Not only that, but creatures like Gina Millar won’t be able to launch anymore court challenges because no court will rule against both a referendum AND a single issue General Election.
There will be no ‘final deal’ brought to Parliament and Lords will be firmly made to wind it’s neck in or face disbandment.
You will have three very clear choices at the poll:-
Hard fast Brexit – Tory/UKIP
Soft slowly cuddly Brexit with sugar on – Labour.
No Brexit – Lib Dem/Plaid/SNP/Green
The party candidates from those parties will also have to campaign on those positions whether they agree with their party over the matter or not. People will have to vote with how they think over that single issue and nothing else and not how they normally vote.

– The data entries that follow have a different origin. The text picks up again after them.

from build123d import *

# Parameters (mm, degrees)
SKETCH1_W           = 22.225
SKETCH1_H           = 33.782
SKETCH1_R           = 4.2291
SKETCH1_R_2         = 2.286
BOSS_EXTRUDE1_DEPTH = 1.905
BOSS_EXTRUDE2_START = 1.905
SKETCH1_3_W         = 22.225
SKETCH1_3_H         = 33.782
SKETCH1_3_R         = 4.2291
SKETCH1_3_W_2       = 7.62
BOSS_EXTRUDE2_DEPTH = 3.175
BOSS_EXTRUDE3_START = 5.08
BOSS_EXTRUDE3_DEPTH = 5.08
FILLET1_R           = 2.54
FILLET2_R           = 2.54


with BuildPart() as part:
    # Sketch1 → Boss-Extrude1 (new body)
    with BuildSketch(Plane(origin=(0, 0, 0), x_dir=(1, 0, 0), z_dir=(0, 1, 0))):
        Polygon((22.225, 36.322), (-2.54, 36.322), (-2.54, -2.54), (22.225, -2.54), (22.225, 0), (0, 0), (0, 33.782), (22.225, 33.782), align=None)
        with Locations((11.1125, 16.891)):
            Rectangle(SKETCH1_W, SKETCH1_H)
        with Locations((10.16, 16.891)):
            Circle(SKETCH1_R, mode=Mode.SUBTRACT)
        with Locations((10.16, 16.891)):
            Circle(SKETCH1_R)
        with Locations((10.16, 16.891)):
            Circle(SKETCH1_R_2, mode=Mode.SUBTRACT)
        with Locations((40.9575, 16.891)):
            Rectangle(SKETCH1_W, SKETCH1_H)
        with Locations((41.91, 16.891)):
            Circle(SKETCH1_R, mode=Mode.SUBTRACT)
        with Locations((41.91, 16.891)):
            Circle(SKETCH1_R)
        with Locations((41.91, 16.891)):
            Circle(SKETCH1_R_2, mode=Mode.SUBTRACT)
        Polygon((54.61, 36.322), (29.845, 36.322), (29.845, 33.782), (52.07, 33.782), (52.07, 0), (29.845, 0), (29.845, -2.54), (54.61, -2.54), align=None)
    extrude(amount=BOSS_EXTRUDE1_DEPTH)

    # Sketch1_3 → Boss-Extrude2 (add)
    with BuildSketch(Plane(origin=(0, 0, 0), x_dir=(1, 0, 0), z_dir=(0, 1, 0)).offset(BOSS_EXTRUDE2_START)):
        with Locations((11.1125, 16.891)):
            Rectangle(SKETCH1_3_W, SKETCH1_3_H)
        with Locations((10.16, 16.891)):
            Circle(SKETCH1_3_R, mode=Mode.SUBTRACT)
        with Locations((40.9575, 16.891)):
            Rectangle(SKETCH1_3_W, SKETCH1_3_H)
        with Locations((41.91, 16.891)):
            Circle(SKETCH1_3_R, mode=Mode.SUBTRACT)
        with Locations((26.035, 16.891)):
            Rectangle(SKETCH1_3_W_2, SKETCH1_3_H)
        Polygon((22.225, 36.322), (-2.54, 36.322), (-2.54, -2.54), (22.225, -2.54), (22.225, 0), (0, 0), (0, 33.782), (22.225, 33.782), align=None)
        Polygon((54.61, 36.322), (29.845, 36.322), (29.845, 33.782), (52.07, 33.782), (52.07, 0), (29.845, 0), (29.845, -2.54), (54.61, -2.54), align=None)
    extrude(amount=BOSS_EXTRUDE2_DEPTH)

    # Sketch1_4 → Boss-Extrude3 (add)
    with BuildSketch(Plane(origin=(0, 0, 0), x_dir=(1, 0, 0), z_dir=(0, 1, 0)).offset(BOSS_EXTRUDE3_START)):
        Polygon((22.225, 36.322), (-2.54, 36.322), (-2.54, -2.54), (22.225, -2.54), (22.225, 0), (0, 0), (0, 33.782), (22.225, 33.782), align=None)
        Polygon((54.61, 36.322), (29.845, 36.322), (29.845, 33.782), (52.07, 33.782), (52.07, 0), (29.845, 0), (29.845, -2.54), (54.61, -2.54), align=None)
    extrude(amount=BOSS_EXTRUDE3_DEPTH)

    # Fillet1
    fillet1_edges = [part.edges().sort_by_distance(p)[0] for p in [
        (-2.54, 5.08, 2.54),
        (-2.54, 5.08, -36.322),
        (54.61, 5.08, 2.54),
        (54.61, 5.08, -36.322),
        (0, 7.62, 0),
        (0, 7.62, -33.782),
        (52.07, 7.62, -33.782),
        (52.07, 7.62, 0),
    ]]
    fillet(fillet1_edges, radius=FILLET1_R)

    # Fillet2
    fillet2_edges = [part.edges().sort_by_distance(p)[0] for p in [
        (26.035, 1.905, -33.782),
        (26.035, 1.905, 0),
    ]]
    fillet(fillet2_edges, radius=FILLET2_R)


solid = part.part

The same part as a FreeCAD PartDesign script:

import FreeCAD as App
import Part
import Sketcher

V = App.Vector
Q = App.Units.Quantity


def edges_at(feature, points):
    """Names of the edges that pass closest to the given points."""
    edges = feature.Shape.Edges
    near = lambda p: min(range(len(edges)), key=lambda i: edges[i].distToShape(Part.Vertex(*p))[0])
    return sorted({f"Edge{near(p) + 1}" for p in points})


def add_polygon(sketch, points):
    """Adds a closed chain of lines whose ends are joined by coincident constraints."""
    first, n = sketch.GeometryCount, len(points)
    for a, b in zip(points, points[1:] + points[:1]):
        sketch.addGeometry(Part.LineSegment(App.Vector(*a, 0), App.Vector(*b, 0)), False)
    for i in range(n):
        sketch.addConstraint(Sketcher.Constraint("Coincident", first + i, 2, first + (i + 1) % n, 1))

doc = App.newDocument("Part")
body = doc.addObject("PartDesign::Body", "Body")
body.AllowCompound = True

sketch1 = body.newObject("Sketcher::SketchObject", "Sketch")
sketch1.AttachmentSupport = (doc.getObject("XZ_Plane"), [""])
sketch1.MapMode = "FlatFace"
add_polygon(sketch1, [(22.2, -36.3), (-2.5, -36.3), (-2.5, 2.5), (22.2, 2.5)])
sketch1.addGeometry(Part.Circle(V(10.2, -16.9, 0), V(0, 0, 1), 2.3), False)
add_polygon(sketch1, [(29.8, 2.5), (54.6, 2.5), (54.6, -36.3), (29.8, -36.3)])
sketch1.addGeometry(Part.Circle(V(41.9, -16.9, 0), V(0, 0, 1), 2.3), False)
sketch1.addConstraint(Sketcher.Constraint("Horizontal", 0))
sketch1.addConstraint(Sketcher.Constraint("Vertical", 1))
sketch1.addConstraint(Sketcher.Constraint("Horizontal", 2))
sketch1.addConstraint(Sketcher.Constraint("Vertical", 3))
sketch1.addConstraint(Sketcher.Constraint("Horizontal", 5))
sketch1.addConstraint(Sketcher.Constraint("Vertical", 6))
sketch1.addConstraint(Sketcher.Constraint("Horizontal", 7))
sketch1.addConstraint(Sketcher.Constraint("Vertical", 8))
sketch1.addConstraint(Sketcher.Constraint("Equal", 4, 9))
sketch1.addConstraint(Sketcher.Constraint("Horizontal", 4, 3, 9, 3))
sketch1.addConstraint(Sketcher.Constraint("Horizontal", 2, 2, 5, 2))
sketch1.addConstraint(Sketcher.Constraint("Horizontal", 3, 2, 6, 2))
sketch1.addConstraint(Sketcher.Constraint("Equal", 2, 5))
sketch1.addConstraint(Sketcher.Constraint("Diameter", 4, Q("0.18 in")))
sketch1.addConstraint(Sketcher.Constraint("DistanceY", 1, 1, 1, 2, Q("1.53 in")))
sketch1.addConstraint(Sketcher.Constraint("DistanceX", -1, 1, 4, 3, Q("0.4 in")))
sketch1.addConstraint(Sketcher.Constraint("DistanceX", 0, 2, -1, 1, Q("0.1 in")))
sketch1.addConstraint(Sketcher.Constraint("DistanceY", -1, 1, 1, 2, Q("0.1 in")))
sketch1.addConstraint(Sketcher.Constraint("DistanceX", 9, 3, 5, 2, Q("0.5 in")))
sketch1.addConstraint(Sketcher.Constraint("DistanceX", 3, 2, 7, 2, Q("0.3 in")))
sketch1.addConstraint(Sketcher.Constraint("DistanceX", 0, 2, 0, 1, Q("0.975 in")))
sketch1.addConstraint(Sketcher.Constraint("DistanceY", 4, 3, -1, 1, Q("0.665 in")))
pad1 = body.newObject("PartDesign::Pad", "Pad")
pad1.Profile = sketch1
pad1.Length = Q("0.075 in")
pad1.Reversed = True

sketch2 = body.newObject("Sketcher::SketchObject", "Sketch001")
sketch2.AttachmentSupport = (doc.getObject("XZ_Plane"), [""])
sketch2.MapMode = "FlatFace"
sketch2.AttachmentOffset = App.Placement(V(0, 0, -0.075 * 25.4), App.Rotation())
add_polygon(sketch2, [(22.2, 0), (29.8, 0), (29.8, 2.5), (54.6, 2.5), (54.6, -36.3), (29.8, -36.3), (29.8, -33.8), (22.2, -33.8), (22.2, -36.3), (-2.5, -36.3), (-2.5, 2.5), (22.2, 2.5)])
sketch2.addGeometry(Part.Circle(V(10.2, -16.9, 0), V(0, 0, 1), 4.2), False)
sketch2.addGeometry(Part.Circle(V(41.9, -16.9, 0), V(0, 0, 1), 4.2), False)
sketch2.addConstraint(Sketcher.Constraint("Horizontal", 0))
sketch2.addConstraint(Sketcher.Constraint("Vertical", 1))
sketch2.addConstraint(Sketcher.Constraint("Horizontal", 2))
sketch2.addConstraint(Sketcher.Constraint("Vertical", 3))
sketch2.addConstraint(Sketcher.Constraint("Horizontal", 4))
sketch2.addConstraint(Sketcher.Constraint("Vertical", 5))
sketch2.addConstraint(Sketcher.Constraint("Horizontal", 6))
sketch2.addConstraint(Sketcher.Constraint("Vertical", 7))
sketch2.addConstraint(Sketcher.Constraint("Horizontal", 8))
sketch2.addConstraint(Sketcher.Constraint("Vertical", 9))
sketch2.addConstraint(Sketcher.Constraint("Horizontal", 10))
sketch2.addConstraint(Sketcher.Constraint("Vertical", 11))
sketch2.addConstraint(Sketcher.Constraint("Equal", 12, 13))
sketch2.addConstraint(Sketcher.Constraint("PointOnObject", 0, 2, -1))
sketch2.addConstraint(Sketcher.Constraint("Horizontal", 12, 3, 13, 3))
sketch2.addConstraint(Sketcher.Constraint("Horizontal", 4, 2, 7, 2))
sketch2.addConstraint(Sketcher.Constraint("Horizontal", 2, 2, 9, 2))
sketch2.addConstraint(Sketcher.Constraint("Vertical", 1, 2, 4, 2))
sketch2.addConstraint(Sketcher.Constraint("Vertical", 7, 2, 10, 2))
sketch2.addConstraint(Sketcher.Constraint("Equal", 4, 8))
sketch2.addConstraint(Sketcher.Constraint("Equal", 1, 5))
sketch2.addConstraint(Sketcher.Constraint("Diameter", 12, Q("0.333 in")))
sketch2.addConstraint(Sketcher.Constraint("DistanceX", 0, 1, 0, 2, Q("0.3 in")))
sketch2.addConstraint(Sketcher.Constraint("DistanceY", 1, 1, 1, 2, Q("0.1 in")))
sketch2.addConstraint(Sketcher.Constraint("DistanceY", 3, 2, 3, 1, Q("1.53 in")))
sketch2.addConstraint(Sketcher.Constraint("DistanceX", -1, 1, 12, 3, Q("0.4 in")))
sketch2.addConstraint(Sketcher.Constraint("DistanceX", 8, 2, -1, 1, Q("0.1 in")))
sketch2.addConstraint(Sketcher.Constraint("DistanceX", 13, 3, 2, 2, Q("0.5 in")))
sketch2.addConstraint(Sketcher.Constraint("DistanceX", 2, 1, 2, 2, Q("0.975 in")))
sketch2.addConstraint(Sketcher.Constraint("DistanceY", 12, 3, -1, 1, Q("0.665 in")))
pad2 = body.newObject("PartDesign::Pad", "Pad001")
pad2.Profile = sketch2
pad2.Length = Q("0.125 in")
pad2.Reversed = True

sketch3 = body.newObject("Sketcher::SketchObject", "Sketch002")
sketch3.AttachmentSupport = (doc.getObject("XZ_Plane"), [""])
sketch3.MapMode = "FlatFace"
sketch3.AttachmentOffset = App.Placement(V(0, 0, -0.2 * 25.4), App.Rotation())
add_polygon(sketch3, [(22.2, -36.3), (-2.5, -36.3), (-2.5, 2.5), (22.2, 2.5), (22.2, 0), (0, 0), (0, -33.8), (22.2, -33.8)])
add_polygon(sketch3, [(54.6, -36.3), (29.8, -36.3), (29.8, -33.8), (52.1, -33.8), (52.1, 0), (29.8, 0), (29.8, 2.5), (54.6, 2.5)])
sketch3.addConstraint(Sketcher.Constraint("Horizontal", 0))
sketch3.addConstraint(Sketcher.Constraint("Vertical", 1))
sketch3.addConstraint(Sketcher.Constraint("Horizontal", 2))
sketch3.addConstraint(Sketcher.Constraint("Vertical", 3))
sketch3.addConstraint(Sketcher.Constraint("Horizontal", 4))
sketch3.addConstraint(Sketcher.Constraint("Vertical", 5))
sketch3.addConstraint(Sketcher.Constraint("Horizontal", 6))
sketch3.addConstraint(Sketcher.Constraint("Vertical", 7))
sketch3.addConstraint(Sketcher.Constraint("Horizontal", 8))
sketch3.addConstraint(Sketcher.Constraint("Vertical", 9))
sketch3.addConstraint(Sketcher.Constraint("Horizontal", 10))
sketch3.addConstraint(Sketcher.Constraint("Vertical", 11))
sketch3.addConstraint(Sketcher.Constraint("Horizontal", 12))
sketch3.addConstraint(Sketcher.Constraint("Vertical", 13))
sketch3.addConstraint(Sketcher.Constraint("Horizontal", 14))
sketch3.addConstraint(Sketcher.Constraint("Vertical", 15))
sketch3.addConstraint(Sketcher.Constraint("Coincident", 4, 2, -1, 1))
sketch3.addConstraint(Sketcher.Constraint("PointOnObject", 11, 2, -1))
sketch3.addConstraint(Sketcher.Constraint("Horizontal", 7, 2, 8, 2))
sketch3.addConstraint(Sketcher.Constraint("Horizontal", 6, 2, 9, 2))
sketch3.addConstraint(Sketcher.Constraint("Horizontal", 2, 2, 13, 2))
sketch3.addConstraint(Sketcher.Constraint("Vertical", 3, 2, 6, 2))
sketch3.addConstraint(Sketcher.Constraint("Vertical", 9, 2, 12, 2))
sketch3.addConstraint(Sketcher.Constraint("Equal", 2, 8))
sketch3.addConstraint(Sketcher.Constraint("Equal", 6, 10))
sketch3.addConstraint(Sketcher.Constraint("Equal", 3, 7))
sketch3.addConstraint(Sketcher.Constraint("DistanceY", 3, 2, 3, 1, Q("0.1 in")))
sketch3.addConstraint(Sketcher.Constraint("DistanceY", 1, 1, 1, 2, Q("1.53 in")))
sketch3.addConstraint(Sketcher.Constraint("DistanceX", 0, 2, -1, 1, Q("0.1 in")))
sketch3.addConstraint(Sketcher.Constraint("DistanceX", 7, 2, 8, 2, Q("0.3 in")))
sketch3.addConstraint(Sketcher.Constraint("DistanceX", 0, 2, 0, 1, Q("0.975 in")))
pad3 = body.newObject("PartDesign::Pad", "Pad002")
pad3.Profile = sketch3
pad3.Length = Q("0.2 in")
pad3.Reversed = True
doc.recompute()

fillet = body.newObject("PartDesign::Fillet", "Fillet")
fillet.Base = (pad3, edges_at(pad3, [
    (-2.54, 5.08, 2.54),
    (-2.54, 5.08, -36.322),
    (54.61, 5.08, 2.54),
    (54.61, 5.08, -36.322),
    (0, 7.62, 0),
    (0, 7.62, -33.782),
    (52.07, 7.62, -33.782),
    (52.07, 7.62, 0),
]))
fillet.Radius = Q("0.1 in")
doc.recompute()

fillet2 = body.newObject("PartDesign::Fillet", "Fillet001")
fillet2.Base = (fillet, edges_at(fillet, [(26.035, 1.905, -33.782), (26.035, 1.905, 0)]))
fillet2.Radius = Q("0.1 in")

doc.recompute()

And just think you Remoaners, if you hadn’t constantly whibned and bitched and interered then you wouldn’t be ib the position now of ‘put up or f**k off, winner takes all.’
The answer to Tafia’s challenge, for anyone living in a Tory-held seat, is clearly to vote LibDem. The best Labour can hope for – as the next article spells out – is to hold what it has; there aren’t going to be any gains. So your Tory MP will win unless everybody of a different opinion gets behind the LibDem candidate.
“Vote Labour so they can carry on fighting each other”
Why ?
Ian, what part of 37% of labour voters voted Brexit,don’t you understand
The answer to Tafia’s “challenge” is to remember that we are better than that and treat the UKIP stooge with the contempt he deserves.
It won’t help to have Kezia Dugdale etc supporting the tories will it?